TASK REQUIREMENTS: Write out the full set of records below exactly.

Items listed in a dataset

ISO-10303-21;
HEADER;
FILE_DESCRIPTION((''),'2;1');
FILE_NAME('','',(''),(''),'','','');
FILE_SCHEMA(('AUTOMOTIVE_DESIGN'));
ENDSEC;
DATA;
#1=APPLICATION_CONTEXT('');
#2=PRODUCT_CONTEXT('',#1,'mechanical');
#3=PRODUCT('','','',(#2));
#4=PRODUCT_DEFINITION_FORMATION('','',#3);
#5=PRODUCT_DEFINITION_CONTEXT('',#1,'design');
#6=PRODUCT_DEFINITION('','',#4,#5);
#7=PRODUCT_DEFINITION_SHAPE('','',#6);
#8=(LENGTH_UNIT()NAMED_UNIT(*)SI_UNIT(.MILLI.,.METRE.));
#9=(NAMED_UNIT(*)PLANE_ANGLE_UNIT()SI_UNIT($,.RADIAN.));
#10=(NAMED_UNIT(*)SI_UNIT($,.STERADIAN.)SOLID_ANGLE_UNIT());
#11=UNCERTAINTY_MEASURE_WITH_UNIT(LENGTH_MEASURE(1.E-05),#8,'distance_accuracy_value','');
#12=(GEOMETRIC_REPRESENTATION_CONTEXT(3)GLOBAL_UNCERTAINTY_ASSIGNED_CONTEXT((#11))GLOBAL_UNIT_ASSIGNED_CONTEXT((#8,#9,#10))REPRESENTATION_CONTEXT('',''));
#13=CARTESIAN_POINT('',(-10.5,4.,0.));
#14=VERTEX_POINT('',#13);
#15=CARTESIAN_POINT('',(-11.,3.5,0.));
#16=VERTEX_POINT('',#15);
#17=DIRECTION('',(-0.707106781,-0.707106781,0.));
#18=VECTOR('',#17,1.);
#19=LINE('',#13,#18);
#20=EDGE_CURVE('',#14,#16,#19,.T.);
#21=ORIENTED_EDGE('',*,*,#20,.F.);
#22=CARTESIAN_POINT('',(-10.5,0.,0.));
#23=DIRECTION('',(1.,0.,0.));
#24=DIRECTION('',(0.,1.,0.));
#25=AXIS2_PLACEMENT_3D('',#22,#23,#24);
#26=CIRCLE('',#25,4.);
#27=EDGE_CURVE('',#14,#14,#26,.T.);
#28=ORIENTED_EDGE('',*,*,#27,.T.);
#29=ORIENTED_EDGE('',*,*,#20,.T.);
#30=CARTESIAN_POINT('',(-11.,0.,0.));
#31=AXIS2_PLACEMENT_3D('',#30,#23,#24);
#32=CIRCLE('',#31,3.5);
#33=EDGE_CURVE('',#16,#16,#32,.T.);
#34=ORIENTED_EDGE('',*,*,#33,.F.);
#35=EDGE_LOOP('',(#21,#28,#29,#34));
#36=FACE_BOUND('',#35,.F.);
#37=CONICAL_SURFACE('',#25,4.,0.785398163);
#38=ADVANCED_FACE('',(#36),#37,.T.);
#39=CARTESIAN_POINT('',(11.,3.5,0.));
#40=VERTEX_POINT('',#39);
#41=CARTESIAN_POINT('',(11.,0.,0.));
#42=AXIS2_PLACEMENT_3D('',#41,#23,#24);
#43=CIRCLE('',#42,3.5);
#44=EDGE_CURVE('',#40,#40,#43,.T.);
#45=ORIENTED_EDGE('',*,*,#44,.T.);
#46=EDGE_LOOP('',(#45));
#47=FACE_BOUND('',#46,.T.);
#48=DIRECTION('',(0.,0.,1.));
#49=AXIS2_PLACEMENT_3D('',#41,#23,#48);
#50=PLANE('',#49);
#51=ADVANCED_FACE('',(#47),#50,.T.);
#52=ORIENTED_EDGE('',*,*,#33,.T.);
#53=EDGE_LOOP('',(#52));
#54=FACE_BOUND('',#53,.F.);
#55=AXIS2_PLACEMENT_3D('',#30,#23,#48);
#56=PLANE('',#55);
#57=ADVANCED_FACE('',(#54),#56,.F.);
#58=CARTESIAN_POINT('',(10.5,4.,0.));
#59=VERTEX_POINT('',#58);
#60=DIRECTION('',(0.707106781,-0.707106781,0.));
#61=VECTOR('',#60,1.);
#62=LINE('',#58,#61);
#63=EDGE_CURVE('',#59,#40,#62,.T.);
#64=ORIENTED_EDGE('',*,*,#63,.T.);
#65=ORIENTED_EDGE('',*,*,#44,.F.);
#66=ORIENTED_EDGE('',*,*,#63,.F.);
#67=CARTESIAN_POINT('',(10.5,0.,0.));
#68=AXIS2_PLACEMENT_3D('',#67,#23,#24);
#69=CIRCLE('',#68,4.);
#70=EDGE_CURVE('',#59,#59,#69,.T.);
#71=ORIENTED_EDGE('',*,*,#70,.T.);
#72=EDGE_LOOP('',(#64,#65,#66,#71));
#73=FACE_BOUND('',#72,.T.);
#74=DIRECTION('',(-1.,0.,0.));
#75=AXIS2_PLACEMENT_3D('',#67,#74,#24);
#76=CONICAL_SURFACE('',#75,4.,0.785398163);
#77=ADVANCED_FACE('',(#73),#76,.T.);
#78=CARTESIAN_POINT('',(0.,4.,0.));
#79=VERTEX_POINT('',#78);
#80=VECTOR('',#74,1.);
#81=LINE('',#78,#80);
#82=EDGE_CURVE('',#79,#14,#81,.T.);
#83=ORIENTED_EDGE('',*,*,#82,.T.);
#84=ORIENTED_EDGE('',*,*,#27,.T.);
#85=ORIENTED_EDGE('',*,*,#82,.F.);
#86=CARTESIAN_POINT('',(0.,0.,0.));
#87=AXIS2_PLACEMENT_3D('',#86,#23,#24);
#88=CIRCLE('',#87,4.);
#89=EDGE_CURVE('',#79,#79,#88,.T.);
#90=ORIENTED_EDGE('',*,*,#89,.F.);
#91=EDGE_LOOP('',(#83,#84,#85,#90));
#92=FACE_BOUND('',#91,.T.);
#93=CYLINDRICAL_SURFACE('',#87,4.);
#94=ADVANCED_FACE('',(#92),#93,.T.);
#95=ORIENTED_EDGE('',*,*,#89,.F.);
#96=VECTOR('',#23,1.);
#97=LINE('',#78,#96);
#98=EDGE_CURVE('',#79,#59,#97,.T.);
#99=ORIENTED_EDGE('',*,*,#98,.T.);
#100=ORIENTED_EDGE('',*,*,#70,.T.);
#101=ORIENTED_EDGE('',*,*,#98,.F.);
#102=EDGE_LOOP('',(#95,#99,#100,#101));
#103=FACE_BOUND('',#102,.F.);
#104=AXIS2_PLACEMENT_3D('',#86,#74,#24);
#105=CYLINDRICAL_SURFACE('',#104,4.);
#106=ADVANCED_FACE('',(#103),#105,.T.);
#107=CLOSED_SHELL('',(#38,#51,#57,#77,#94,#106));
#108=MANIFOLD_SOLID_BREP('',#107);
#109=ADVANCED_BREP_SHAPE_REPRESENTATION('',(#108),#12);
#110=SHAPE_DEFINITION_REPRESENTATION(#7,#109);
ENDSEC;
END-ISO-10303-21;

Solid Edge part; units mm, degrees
sketch "Sketch1" plane through (0, 0, 0) normal (1, 0, 0) x (0, 1, 0)
  circle A0 centre (0, 0) radius 4
extrude "Protrusion1" add sketch "Sketch1" along normal mid plane 22
chamfer "Chamfer_1" distance 0.5 angle 45 2 edges at (11, -4, 0) (-11, -4, 0)
properties material "PVC"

FINISHED TASK:
ISO-10303-21;
HEADER;
FILE_DESCRIPTION((''),'2;1');
FILE_NAME('','',(''),(''),'','','');
FILE_SCHEMA(('AUTOMOTIVE_DESIGN'));
ENDSEC;
DATA;
#1=APPLICATION_CONTEXT('');
#2=PRODUCT_CONTEXT('',#1,'mechanical');
#3=PRODUCT('','','',(#2));
#4=PRODUCT_DEFINITION_FORMATION('','',#3);
#5=PRODUCT_DEFINITION_CONTEXT('',#1,'design');
#6=PRODUCT_DEFINITION('','',#4,#5);
#7=PRODUCT_DEFINITION_SHAPE('','',#6);
#8=(LENGTH_UNIT()NAMED_UNIT(*)SI_UNIT(.MILLI.,.METRE.));
#9=(NAMED_UNIT(*)PLANE_ANGLE_UNIT()SI_UNIT($,.RADIAN.));
#10=(NAMED_UNIT(*)SI_UNIT($,.STERADIAN.)SOLID_ANGLE_UNIT());
#11=UNCERTAINTY_MEASURE_WITH_UNIT(LENGTH_MEASURE(1.E-05),#8,'distance_accuracy_value','');
#12=(GEOMETRIC_REPRESENTATION_CONTEXT(3)GLOBAL_UNCERTAINTY_ASSIGNED_CONTEXT((#11))GLOBAL_UNIT_ASSIGNED_CONTEXT((#8,#9,#10))REPRESENTATION_CONTEXT('',''));
#13=CARTESIAN_POINT('',(-10.5,4.,0.));
#14=VERTEX_POINT('',#13);
#15=CARTESIAN_POINT('',(-11.,3.5,0.));
#16=VERTEX_POINT('',#15);
#17=DIRECTION('',(-0.707106781,-0.707106781,0.));
#18=VECTOR('',#17,1.);
#19=LINE('',#13,#18);
#20=EDGE_CURVE('',#14,#16,#19,.T.);
#21=ORIENTED_EDGE('',*,*,#20,.F.);
#22=CARTESIAN_POINT('',(-10.5,0.,0.));
#23=DIRECTION('',(1.,0.,0.));
#24=DIRECTION('',(0.,1.,0.));
#25=AXIS2_PLACEMENT_3D('',#22,#23,#24);
#26=CIRCLE('',#25,4.);
#27=EDGE_CURVE('',#14,#14,#26,.T.);
#28=ORIENTED_EDGE('',*,*,#27,.T.);
#29=ORIENTED_EDGE('',*,*,#20,.T.);
#30=CARTESIAN_POINT('',(-11.,0.,0.));
#31=AXIS2_PLACEMENT_3D('',#30,#23,#24);
#32=CIRCLE('',#31,3.5);
#33=EDGE_CURVE('',#16,#16,#32,.T.);
#34=ORIENTED_EDGE('',*,*,#33,.F.);
#35=EDGE_LOOP('',(#21,#28,#29,#34));
#36=FACE_BOUND('',#35,.F.);
#37=CONICAL_SURFACE('',#25,4.,0.785398163);
#38=ADVANCED_FACE('',(#36),#37,.T.);
#39=CARTESIAN_POINT('',(11.,3.5,0.));
#40=VERTEX_POINT('',#39);
#41=CARTESIAN_POINT('',(11.,0.,0.));
#42=AXIS2_PLACEMENT_3D('',#41,#23,#24);
#43=CIRCLE('',#42,3.5);
#44=EDGE_CURVE('',#40,#40,#43,.T.);
#45=ORIENTED_EDGE('',*,*,#44,.T.);
#46=EDGE_LOOP('',(#45));
#47=FACE_BOUND('',#46,.T.);
#48=DIRECTION('',(0.,0.,1.));
#49=AXIS2_PLACEMENT_3D('',#41,#23,#48);
#50=PLANE('',#49);
#51=ADVANCED_FACE('',(#47),#50,.T.);
#52=ORIENTED_EDGE('',*,*,#33,.T.);
#53=EDGE_LOOP('',(#52));
#54=FACE_BOUND('',#53,.F.);
#55=AXIS2_PLACEMENT_3D('',#30,#23,#48);
#56=PLANE('',#55);
#57=ADVANCED_FACE('',(#54),#56,.F.);
#58=CARTESIAN_POINT('',(10.5,4.,0.));
#59=VERTEX_POINT('',#58);
#60=DIRECTION('',(0.707106781,-0.707106781,0.));
#61=VECTOR('',#60,1.);
#62=LINE('',#58,#61);
#63=EDGE_CURVE('',#59,#40,#62,.T.);
#64=ORIENTED_EDGE('',*,*,#63,.T.);
#65=ORIENTED_EDGE('',*,*,#44,.F.);
#66=ORIENTED_EDGE('',*,*,#63,.F.);
#67=CARTESIAN_POINT('',(10.5,0.,0.));
#68=AXIS2_PLACEMENT_3D('',#67,#23,#24);
#69=CIRCLE('',#68,4.);
#70=EDGE_CURVE('',#59,#59,#69,.T.);
#71=ORIENTED_EDGE('',*,*,#70,.T.);
#72=EDGE_LOOP('',(#64,#65,#66,#71));
#73=FACE_BOUND('',#72,.T.);
#74=DIRECTION('',(-1.,0.,0.));
#75=AXIS2_PLACEMENT_3D('',#67,#74,#24);
#76=CONICAL_SURFACE('',#75,4.,0.785398163);
#77=ADVANCED_FACE('',(#73),#76,.T.);
#78=CARTESIAN_POINT('',(0.,4.,0.));
#79=VERTEX_POINT('',#78);
#80=VECTOR('',#74,1.);
#81=LINE('',#78,#80);
#82=EDGE_CURVE('',#79,#14,#81,.T.);
#83=ORIENTED_EDGE('',*,*,#82,.T.);
#84=ORIENTED_EDGE('',*,*,#27,.T.);
#85=ORIENTED_EDGE('',*,*,#82,.F.);
#86=CARTESIAN_POINT('',(0.,0.,0.));
#87=AXIS2_PLACEMENT_3D('',#86,#23,#24);
#88=CIRCLE('',#87,4.);
#89=EDGE_CURVE('',#79,#79,#88,.T.);
#90=ORIENTED_EDGE('',*,*,#89,.F.);
#91=EDGE_LOOP('',(#83,#84,#85,#90));
#92=FACE_BOUND('',#91,.T.);
#93=CYLINDRICAL_SURFACE('',#87,4.);
#94=ADVANCED_FACE('',(#92),#93,.T.);
#95=ORIENTED_EDGE('',*,*,#89,.F.);
#96=VECTOR('',#23,1.);
#97=LINE('',#78,#96);
#98=EDGE_CURVE('',#79,#59,#97,.T.);
#99=ORIENTED_EDGE('',*,*,#98,.T.);
#100=ORIENTED_EDGE('',*,*,#70,.T.);
#101=ORIENTED_EDGE('',*,*,#98,.F.);
#102=EDGE_LOOP('',(#95,#99,#100,#101));
#103=FACE_BOUND('',#102,.F.);
#104=AXIS2_PLACEMENT_3D('',#86,#74,#24);
#105=CYLINDRICAL_SURFACE('',#104,4.);
#106=ADVANCED_FACE('',(#103),#105,.T.);
#107=CLOSED_SHELL('',(#38,#51,#57,#77,#94,#106));
#108=MANIFOLD_SOLID_BREP('',#107);
#109=ADVANCED_BREP_SHAPE_REPRESENTATION('',(#108),#12);
#110=SHAPE_DEFINITION_REPRESENTATION(#7,#109);
ENDSEC;
END-ISO-10303-21;

Solid Edge part; units mm, degrees
sketch "Sketch1" plane through (0, 0, 0) normal (1, 0, 0) x (0, 1, 0)
  circle A0 centre (0, 0) radius 4
extrude "Protrusion1" add sketch "Sketch1" along normal mid plane 22
chamfer "Chamfer_1" distance 0.5 angle 45 2 edges at (11, -4, 0) (-11, -4, 0)
properties material "PVC"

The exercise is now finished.